Now isn't the time to be timid over Isas – aggression is the key
With an outbreak of optimism in global markets, Emma Dunkley reports on which stocks and share funds could make your money work harder
Saturday 16 March 2013
It's been a long time coming, but finally a surge of optimism has burst out of the economic gloom and is driving up markets to new heights. The US is soaring, with the Dow Jones index of 30 giant American corporates recently hitting an all-time record high, while the UK's FTSE 100 index of leading companies climbed to its highest point in five years.
With the deadline for paying into an Individual Savings Account (ISA) just around the corner on 5 April, (£11,280 is this year's limit) you could be looking to ride this mounting wave of confidence by putting some of your cash to work in a stocks and shares ISA, rather than leaving it sitting in a current account earning little, if nothing, at all.
But rather than follow the crowd by investing your money in the typical UK equity income fund or "balanced" fund, you might want to put a portion into more aggressive investments – with the aim of getting a lot more bang for your buck.
"On the one hand, there are cautious people who have lived through the past four years and are nervous," says Tom Stevenson at Fidelity Worldwide Investment. "But at the same time, there's an increasing sense the economy is improving, especially in the US. So if you feel positive on the outlook, where might you put your money?"
If you already have money in a current account or cash ISA, for example, and have £10,000 to invest in a stocks and shares ISA, you might look to split it evenly across four "aggressive" investments, such as Japan, Europe, the US and technology.
"You can put some of your money into a more aggressive portfolio, but you don't need to commit as much, because if it does well it will really outperform other investments," says Brian Dennehy at FundExpert.co.uk.
One of the areas you could invest to potentially turbo-charge your returns is Japan. "Japanese equities have been seriously out of favour since its bull market of the Eighties came to an abrupt end," says Jason Hollands at Bestinvest.
Since then, there have been all sorts of reasons why you might have avoided this region, from political tensions to natural disasters. But this lack of popularity has meant Japanese stocks are very cheap. "The election of a new government last year has resulted in a radical shift in policy in favour of massive stimulus and aggressive currency weakening," says Mr Hollands. "This is a high-risk approach but is providing a catalyst for a re-appraisal of Japan."
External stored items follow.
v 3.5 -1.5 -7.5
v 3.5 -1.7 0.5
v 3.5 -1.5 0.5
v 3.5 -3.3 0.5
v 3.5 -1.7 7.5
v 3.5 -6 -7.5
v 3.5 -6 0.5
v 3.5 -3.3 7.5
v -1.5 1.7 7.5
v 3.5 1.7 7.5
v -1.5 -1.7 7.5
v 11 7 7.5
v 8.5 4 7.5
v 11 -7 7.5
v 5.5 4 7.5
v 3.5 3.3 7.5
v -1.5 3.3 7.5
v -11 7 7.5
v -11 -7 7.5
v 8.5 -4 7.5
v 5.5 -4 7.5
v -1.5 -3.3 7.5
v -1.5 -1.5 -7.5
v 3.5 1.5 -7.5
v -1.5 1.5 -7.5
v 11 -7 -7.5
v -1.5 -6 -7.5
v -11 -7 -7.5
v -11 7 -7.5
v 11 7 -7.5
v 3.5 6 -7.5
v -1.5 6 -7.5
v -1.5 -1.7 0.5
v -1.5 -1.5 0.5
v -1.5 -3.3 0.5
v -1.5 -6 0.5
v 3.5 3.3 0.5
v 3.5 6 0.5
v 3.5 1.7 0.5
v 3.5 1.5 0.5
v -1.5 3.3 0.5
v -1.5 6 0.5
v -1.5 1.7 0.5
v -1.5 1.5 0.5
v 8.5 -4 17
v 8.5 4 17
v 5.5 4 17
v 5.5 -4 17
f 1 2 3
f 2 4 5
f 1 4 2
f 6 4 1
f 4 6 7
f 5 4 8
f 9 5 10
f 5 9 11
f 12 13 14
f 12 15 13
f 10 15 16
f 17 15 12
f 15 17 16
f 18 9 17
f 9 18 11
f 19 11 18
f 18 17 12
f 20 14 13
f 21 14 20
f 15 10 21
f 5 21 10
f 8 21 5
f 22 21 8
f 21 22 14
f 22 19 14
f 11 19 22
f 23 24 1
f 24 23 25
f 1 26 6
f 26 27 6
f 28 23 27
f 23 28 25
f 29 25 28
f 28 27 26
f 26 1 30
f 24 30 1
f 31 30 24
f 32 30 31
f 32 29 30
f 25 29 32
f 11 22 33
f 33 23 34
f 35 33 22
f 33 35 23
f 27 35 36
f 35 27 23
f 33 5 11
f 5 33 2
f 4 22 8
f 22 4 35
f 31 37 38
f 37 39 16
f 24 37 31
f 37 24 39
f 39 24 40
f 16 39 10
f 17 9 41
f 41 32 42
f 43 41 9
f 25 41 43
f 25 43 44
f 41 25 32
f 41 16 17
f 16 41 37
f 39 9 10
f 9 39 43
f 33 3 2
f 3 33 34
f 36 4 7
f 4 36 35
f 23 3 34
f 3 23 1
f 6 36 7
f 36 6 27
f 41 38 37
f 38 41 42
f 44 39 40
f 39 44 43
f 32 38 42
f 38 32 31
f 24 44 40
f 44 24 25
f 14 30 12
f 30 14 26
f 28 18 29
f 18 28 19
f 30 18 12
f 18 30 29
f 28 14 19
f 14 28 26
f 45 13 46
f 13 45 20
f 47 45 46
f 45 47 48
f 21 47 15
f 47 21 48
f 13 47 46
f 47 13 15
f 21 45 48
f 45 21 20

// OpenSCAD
difference() {
    cube([22,14,15], true);
    for(i=[-1,1]) {
        translate([1,i*2.5,0]) {
            cube([5,1.6,15], true);
        }
    }
    for(i=[-1,1]) {
        translate([1,i*3.75,-4.5]) {
            cube([5,4.5,10], true);
        }
    }
}

translate([7,0,12]) {
    cube([3,8,10], true);
}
Funds run by managers that remove your exposure to the Japanese currency – which adds another layer of complexity and can eat away at returns – might be your best bet. Mr Hollands tips the GLG Japan Core Alpha fund.
It might seem bonkers to invest in a region plagued by sovereign debt issues as well as economic and political rifts, but Europe offers some world-class companies that are going cheap.
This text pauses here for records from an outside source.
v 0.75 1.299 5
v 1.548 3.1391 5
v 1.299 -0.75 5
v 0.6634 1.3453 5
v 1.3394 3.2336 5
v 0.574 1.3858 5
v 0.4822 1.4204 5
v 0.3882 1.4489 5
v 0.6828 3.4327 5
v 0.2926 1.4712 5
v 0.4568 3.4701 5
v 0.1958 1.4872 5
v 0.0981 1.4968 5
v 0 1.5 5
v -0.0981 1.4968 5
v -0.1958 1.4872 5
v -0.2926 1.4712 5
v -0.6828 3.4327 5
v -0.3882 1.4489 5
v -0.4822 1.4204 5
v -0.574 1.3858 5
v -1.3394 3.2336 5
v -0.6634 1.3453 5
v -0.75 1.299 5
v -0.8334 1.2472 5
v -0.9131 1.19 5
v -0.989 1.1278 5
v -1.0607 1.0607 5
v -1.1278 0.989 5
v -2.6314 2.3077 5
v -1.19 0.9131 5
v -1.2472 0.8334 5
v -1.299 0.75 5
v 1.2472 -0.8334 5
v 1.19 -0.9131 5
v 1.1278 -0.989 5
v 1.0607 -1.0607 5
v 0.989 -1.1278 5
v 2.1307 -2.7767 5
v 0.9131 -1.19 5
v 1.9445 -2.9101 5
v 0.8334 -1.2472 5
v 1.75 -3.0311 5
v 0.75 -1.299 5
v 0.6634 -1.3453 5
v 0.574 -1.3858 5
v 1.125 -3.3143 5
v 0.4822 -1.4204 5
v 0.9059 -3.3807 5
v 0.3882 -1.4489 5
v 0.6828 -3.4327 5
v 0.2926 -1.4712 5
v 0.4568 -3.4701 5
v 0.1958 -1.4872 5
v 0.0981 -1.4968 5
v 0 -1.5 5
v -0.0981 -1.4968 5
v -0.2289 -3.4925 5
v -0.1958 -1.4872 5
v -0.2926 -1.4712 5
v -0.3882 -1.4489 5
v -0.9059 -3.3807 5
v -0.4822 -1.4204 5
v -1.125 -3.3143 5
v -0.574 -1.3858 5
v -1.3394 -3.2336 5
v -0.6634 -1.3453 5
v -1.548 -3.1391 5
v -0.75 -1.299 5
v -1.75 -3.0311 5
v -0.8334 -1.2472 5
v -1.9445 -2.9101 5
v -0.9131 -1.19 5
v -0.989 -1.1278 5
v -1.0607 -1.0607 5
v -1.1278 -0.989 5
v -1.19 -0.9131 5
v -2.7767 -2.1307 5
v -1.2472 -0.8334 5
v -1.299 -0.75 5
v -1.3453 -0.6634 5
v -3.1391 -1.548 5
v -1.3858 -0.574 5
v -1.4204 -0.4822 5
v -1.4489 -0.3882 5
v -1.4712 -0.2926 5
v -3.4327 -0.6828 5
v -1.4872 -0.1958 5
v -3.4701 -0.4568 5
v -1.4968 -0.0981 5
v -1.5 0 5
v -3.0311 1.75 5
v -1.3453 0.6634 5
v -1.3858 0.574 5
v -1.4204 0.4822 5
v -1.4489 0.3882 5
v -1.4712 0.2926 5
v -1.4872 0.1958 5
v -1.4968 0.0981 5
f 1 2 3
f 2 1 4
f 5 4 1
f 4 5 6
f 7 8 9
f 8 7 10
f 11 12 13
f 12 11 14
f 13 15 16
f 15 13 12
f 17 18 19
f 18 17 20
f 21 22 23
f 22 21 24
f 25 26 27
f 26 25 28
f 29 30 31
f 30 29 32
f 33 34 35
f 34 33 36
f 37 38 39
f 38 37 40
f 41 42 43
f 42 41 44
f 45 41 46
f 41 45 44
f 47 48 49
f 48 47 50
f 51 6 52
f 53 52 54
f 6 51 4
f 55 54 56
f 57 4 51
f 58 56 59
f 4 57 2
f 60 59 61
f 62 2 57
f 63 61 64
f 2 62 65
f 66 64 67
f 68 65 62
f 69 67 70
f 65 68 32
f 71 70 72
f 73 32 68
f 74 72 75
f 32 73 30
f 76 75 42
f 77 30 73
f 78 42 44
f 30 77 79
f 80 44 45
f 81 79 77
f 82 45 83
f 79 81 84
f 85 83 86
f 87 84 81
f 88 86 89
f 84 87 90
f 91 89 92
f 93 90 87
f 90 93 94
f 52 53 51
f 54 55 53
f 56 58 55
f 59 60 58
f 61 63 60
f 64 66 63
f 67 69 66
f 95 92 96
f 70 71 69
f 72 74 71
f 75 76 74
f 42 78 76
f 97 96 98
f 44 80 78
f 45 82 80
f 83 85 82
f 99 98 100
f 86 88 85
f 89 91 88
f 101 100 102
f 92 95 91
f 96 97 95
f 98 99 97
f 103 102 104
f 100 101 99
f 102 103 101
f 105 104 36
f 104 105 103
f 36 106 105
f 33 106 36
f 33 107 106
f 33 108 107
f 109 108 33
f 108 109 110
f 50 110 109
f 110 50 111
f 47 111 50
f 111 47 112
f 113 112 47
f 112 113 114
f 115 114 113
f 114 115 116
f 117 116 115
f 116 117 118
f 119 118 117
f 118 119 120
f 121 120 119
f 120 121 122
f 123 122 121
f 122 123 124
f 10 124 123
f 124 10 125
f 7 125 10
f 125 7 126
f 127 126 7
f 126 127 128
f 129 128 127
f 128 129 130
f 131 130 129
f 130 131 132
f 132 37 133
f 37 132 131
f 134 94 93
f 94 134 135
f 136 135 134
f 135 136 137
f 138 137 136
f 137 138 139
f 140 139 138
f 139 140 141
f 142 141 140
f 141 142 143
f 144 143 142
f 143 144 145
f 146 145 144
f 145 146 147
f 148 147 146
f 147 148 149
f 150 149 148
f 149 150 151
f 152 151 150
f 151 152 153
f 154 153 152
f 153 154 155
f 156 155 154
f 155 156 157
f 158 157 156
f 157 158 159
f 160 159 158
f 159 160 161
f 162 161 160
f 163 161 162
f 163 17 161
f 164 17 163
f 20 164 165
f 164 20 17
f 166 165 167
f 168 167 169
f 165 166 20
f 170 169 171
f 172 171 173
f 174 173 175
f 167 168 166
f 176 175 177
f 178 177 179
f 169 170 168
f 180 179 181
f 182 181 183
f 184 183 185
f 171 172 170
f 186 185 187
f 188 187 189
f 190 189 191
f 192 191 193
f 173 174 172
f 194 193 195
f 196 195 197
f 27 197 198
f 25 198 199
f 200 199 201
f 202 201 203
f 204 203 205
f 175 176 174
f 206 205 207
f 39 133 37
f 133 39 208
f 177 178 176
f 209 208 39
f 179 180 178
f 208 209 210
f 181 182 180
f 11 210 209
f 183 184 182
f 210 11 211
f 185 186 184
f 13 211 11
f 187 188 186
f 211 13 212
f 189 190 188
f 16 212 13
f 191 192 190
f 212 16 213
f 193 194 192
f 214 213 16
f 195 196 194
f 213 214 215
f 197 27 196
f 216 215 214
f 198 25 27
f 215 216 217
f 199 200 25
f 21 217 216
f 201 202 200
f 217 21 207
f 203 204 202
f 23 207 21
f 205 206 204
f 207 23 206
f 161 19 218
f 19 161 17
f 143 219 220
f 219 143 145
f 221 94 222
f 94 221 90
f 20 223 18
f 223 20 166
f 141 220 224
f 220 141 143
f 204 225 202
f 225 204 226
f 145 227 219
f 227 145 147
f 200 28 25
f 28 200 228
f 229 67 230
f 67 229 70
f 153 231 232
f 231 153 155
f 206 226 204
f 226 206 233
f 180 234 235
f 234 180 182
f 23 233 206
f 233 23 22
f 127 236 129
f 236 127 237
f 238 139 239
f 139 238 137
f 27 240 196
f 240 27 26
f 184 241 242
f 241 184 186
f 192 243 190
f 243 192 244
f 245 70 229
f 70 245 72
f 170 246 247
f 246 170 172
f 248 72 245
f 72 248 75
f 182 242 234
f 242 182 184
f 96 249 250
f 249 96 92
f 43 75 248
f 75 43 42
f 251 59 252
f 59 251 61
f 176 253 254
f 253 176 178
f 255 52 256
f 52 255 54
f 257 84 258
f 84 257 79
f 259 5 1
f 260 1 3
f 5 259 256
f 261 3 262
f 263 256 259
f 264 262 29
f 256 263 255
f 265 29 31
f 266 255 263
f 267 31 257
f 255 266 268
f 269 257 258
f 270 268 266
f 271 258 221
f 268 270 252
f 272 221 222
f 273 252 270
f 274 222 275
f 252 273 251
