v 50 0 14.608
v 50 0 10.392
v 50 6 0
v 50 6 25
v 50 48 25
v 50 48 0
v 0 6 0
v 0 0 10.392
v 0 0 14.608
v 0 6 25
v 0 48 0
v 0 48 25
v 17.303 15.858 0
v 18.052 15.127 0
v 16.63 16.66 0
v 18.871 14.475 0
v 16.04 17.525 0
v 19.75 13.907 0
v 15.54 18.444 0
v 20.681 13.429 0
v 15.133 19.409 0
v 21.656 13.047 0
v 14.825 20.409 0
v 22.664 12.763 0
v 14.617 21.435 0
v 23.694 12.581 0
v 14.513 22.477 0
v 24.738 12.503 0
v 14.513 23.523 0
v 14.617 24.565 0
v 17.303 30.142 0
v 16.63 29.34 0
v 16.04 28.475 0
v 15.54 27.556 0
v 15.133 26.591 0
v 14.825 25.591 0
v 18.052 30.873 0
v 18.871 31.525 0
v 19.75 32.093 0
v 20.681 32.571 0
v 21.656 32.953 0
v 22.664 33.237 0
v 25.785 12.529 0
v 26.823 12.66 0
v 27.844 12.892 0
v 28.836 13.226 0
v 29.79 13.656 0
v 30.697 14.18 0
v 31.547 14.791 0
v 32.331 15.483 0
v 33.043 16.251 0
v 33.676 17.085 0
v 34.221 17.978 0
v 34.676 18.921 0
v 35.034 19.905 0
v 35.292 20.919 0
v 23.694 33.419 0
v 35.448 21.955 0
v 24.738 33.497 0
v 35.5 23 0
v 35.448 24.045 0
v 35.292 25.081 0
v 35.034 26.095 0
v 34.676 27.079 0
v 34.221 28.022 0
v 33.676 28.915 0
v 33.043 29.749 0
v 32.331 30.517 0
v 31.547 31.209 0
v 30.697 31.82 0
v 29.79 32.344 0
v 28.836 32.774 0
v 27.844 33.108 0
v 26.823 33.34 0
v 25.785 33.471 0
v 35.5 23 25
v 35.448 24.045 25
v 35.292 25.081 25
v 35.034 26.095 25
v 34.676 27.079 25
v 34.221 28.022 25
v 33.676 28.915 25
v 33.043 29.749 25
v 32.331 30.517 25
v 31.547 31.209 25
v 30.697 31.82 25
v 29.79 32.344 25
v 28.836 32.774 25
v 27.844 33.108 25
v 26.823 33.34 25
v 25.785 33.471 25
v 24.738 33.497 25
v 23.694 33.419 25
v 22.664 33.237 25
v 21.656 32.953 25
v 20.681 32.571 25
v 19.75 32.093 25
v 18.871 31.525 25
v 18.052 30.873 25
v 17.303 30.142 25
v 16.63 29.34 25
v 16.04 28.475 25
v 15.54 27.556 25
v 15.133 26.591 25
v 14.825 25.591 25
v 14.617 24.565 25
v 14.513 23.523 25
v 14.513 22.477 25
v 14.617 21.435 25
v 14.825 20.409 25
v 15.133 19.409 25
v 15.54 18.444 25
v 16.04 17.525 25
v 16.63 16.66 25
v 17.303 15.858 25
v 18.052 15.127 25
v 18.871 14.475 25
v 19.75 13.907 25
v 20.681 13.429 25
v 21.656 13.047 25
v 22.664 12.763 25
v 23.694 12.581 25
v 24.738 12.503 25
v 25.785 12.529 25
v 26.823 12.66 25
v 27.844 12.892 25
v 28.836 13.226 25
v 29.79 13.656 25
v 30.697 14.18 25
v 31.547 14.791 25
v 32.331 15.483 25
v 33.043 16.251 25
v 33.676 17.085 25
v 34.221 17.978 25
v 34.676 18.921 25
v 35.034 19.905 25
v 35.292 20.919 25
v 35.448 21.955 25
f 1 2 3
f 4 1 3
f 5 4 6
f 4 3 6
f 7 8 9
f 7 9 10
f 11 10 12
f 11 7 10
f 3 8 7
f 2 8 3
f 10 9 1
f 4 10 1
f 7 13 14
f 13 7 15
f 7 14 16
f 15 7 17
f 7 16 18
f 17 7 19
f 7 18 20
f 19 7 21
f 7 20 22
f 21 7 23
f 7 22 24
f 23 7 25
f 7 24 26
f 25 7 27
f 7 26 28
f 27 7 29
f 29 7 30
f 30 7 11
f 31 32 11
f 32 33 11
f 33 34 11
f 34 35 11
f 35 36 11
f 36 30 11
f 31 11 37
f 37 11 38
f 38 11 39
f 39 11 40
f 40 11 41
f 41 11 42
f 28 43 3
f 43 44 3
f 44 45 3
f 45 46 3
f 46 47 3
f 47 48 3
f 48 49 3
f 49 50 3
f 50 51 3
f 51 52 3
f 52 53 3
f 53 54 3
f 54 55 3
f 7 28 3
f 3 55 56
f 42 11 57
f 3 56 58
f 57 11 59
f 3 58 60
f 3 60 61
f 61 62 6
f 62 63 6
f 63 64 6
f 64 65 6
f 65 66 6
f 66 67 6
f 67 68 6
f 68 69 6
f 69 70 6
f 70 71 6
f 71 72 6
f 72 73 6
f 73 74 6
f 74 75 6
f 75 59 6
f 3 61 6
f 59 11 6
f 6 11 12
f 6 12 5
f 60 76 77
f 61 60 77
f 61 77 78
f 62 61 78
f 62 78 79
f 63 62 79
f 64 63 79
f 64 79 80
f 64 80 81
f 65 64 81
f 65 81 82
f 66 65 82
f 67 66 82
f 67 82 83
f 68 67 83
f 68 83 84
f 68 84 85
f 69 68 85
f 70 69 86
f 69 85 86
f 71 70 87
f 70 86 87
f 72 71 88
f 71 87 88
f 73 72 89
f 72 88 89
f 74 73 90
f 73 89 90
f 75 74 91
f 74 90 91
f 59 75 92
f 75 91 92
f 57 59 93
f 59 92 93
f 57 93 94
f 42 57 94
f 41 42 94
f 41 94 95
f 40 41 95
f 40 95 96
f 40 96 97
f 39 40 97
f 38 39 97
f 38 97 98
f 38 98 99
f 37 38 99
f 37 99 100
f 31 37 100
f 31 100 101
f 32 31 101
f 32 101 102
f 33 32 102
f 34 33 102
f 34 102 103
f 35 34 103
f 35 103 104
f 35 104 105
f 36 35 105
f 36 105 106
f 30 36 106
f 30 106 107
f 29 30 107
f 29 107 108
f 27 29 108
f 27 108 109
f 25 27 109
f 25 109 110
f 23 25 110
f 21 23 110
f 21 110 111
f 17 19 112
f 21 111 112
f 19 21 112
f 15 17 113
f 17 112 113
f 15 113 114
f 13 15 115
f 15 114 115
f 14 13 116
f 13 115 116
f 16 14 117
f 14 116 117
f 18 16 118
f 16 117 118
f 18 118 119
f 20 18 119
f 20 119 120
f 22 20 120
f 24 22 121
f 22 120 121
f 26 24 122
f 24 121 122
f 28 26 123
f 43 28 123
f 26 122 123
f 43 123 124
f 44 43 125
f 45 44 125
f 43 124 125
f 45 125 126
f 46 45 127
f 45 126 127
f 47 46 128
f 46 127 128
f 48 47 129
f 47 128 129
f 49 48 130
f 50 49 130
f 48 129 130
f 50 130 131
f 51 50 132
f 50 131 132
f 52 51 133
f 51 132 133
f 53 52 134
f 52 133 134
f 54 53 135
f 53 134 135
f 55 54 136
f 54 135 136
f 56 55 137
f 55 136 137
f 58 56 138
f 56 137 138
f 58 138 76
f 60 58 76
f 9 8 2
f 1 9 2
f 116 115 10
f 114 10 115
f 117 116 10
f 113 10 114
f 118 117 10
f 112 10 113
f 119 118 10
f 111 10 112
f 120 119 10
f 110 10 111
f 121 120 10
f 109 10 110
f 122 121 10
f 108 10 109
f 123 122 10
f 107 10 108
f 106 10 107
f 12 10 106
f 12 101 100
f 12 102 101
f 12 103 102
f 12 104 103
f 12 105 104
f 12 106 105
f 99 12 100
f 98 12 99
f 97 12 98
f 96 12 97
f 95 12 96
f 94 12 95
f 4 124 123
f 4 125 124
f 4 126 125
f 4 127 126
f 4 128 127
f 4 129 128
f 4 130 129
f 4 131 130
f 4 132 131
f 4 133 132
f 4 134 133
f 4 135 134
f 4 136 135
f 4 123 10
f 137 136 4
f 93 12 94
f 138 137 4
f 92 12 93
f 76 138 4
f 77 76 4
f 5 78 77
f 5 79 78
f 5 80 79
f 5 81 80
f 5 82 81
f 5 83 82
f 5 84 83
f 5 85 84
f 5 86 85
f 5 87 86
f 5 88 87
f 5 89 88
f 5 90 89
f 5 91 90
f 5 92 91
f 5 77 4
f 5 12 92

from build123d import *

# Parameters (mm, degrees)
SKETCH_1_W          = 50
SKETCH_1_H          = 48
EXTRUDE_1_DEPTH     = 25
SKETCH_2_R          = 10.5
CUT_EXTRUDE_1_DEPTH = 26
CHAMFER_1_SIZE      = 6
CHAMFER_1_SIZE2     = 10.392304845
CHAMFER_2_SIZE      = 6
CHAMFER_2_SIZE2     = 10.392304845


with BuildPart() as part:
    # Эскиз1 → Бобышка-Вытянуть1 (new body)
    with BuildSketch(Plane.XY):
        with Locations((25, 24)):
            Rectangle(SKETCH_1_W, SKETCH_1_H)
    extrude(amount=EXTRUDE_1_DEPTH)

    # Эскиз2 → Вырез-Вытянуть1 (cut, through all)
    with BuildSketch(Plane.XY.offset(25)):
        with Locations((25, 23)):
            Circle(SKETCH_2_R)
    extrude(amount=-CUT_EXTRUDE_1_DEPTH, mode=Mode.SUBTRACT)

    # Фаска1
    chamfer_1_edges = [part.edges().sort_by_distance(p)[0] for p in [
        (25, 0, 0),
    ]]
    chamfer_1_side = [part.faces().sort_by_distance(p)[0] for p in [
        (25, 0.693108938, 0),
    ]]
    chamfer(chamfer_1_edges, length=CHAMFER_1_SIZE, length2=CHAMFER_1_SIZE2, reference=chamfer_1_side[0])

    # Фаска2
    chamfer_2_edges = [part.edges().sort_by_distance(p)[0] for p in [
        (25, 0, 25),
    ]]
    chamfer_2_side = [part.faces().sort_by_distance(p)[0] for p in [
        (25, 0.693108938, 25),
    ]]
    chamfer(chamfer_2_edges, length=CHAMFER_2_SIZE, length2=CHAMFER_2_SIZE2, reference=chamfer_2_side[0])


solid = part.part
"The issues troubling Europe last year have not gone away and they may well reappear in the future – usually when least expected," says Adrian Lowcock at Hargreaves Lansdown."But while the risks are significant, Europe has a lot of excellent global companies that are well run and highly profitable – with much of those profits coming from outside of Europe."
For example, Unilever may be a UK and Dutch dual-listed company, explains Mr Hollands, but 55 per cent of its sales are made in emerging markets.
Mr Lowcock recommends the Jupiter European Special Situations fund for investing in the region.
"We also like funds that focus on global players based in Europe which are currently undervalued," says Mr Hollands. "Top funds in this respect are Henderson European Focus and Threadneedle European Select."
US stock markets are at all-time highs, but it's not as plain sailing as it might appear. "One of the interesting things about the recent rally in the markets is that they are climbing a wall of worry – there's actually a lot to be concerned about," says Mr Stevenson. "Automatic spending cuts have kicked in, which could reduce the economy by 0.5 per cent this year when it is only expected to grow around 2-2.5 per cent."
Nonetheless, the US economy is arguably ahead of the game in its recovery versus most other developed markets. If you believe the US is on the path for a strong recovery, Mr Hollands tips the JP Morgan US Growth fund. He also picks the Legg Mason US Smaller Companies fund as a way to play more domestic growth in the country.
"If sentiment is improving and chief executives are becoming more confident about spending, with companies sitting on big cash piles and strong earnings, then an early beneficiary of this spending is technology," says Mr Stevenson.
You might be concerned that the dotcom bubble wasn't too long ago, and that stock prices have not recovered to these levels since, but then many argue prices should not have soared as high in the first place.
"Technology has the ability to catapult a small company from nothing to be market leader in a short space of time. And technology companies can transform an industry rapidly," says Mr Lowcock, who recommends the GLG Technology fund.
These aggressive strategies are higher risk, and you should be aware that you could lose more money if markets don't go your way.
"The main risk is an aggressive investment will fluctuate much more in value than a more cautious holding," says Philippa Gee, who runs her own wealth management firm.
"So if a market moves up 20 per cent, you could find you gain more than that, but equally when a market falls by 20 per cent you could also lose more than that." The people who really lose out, she warns, are those who sell their holdings after markets have fallen, crystallising that loss.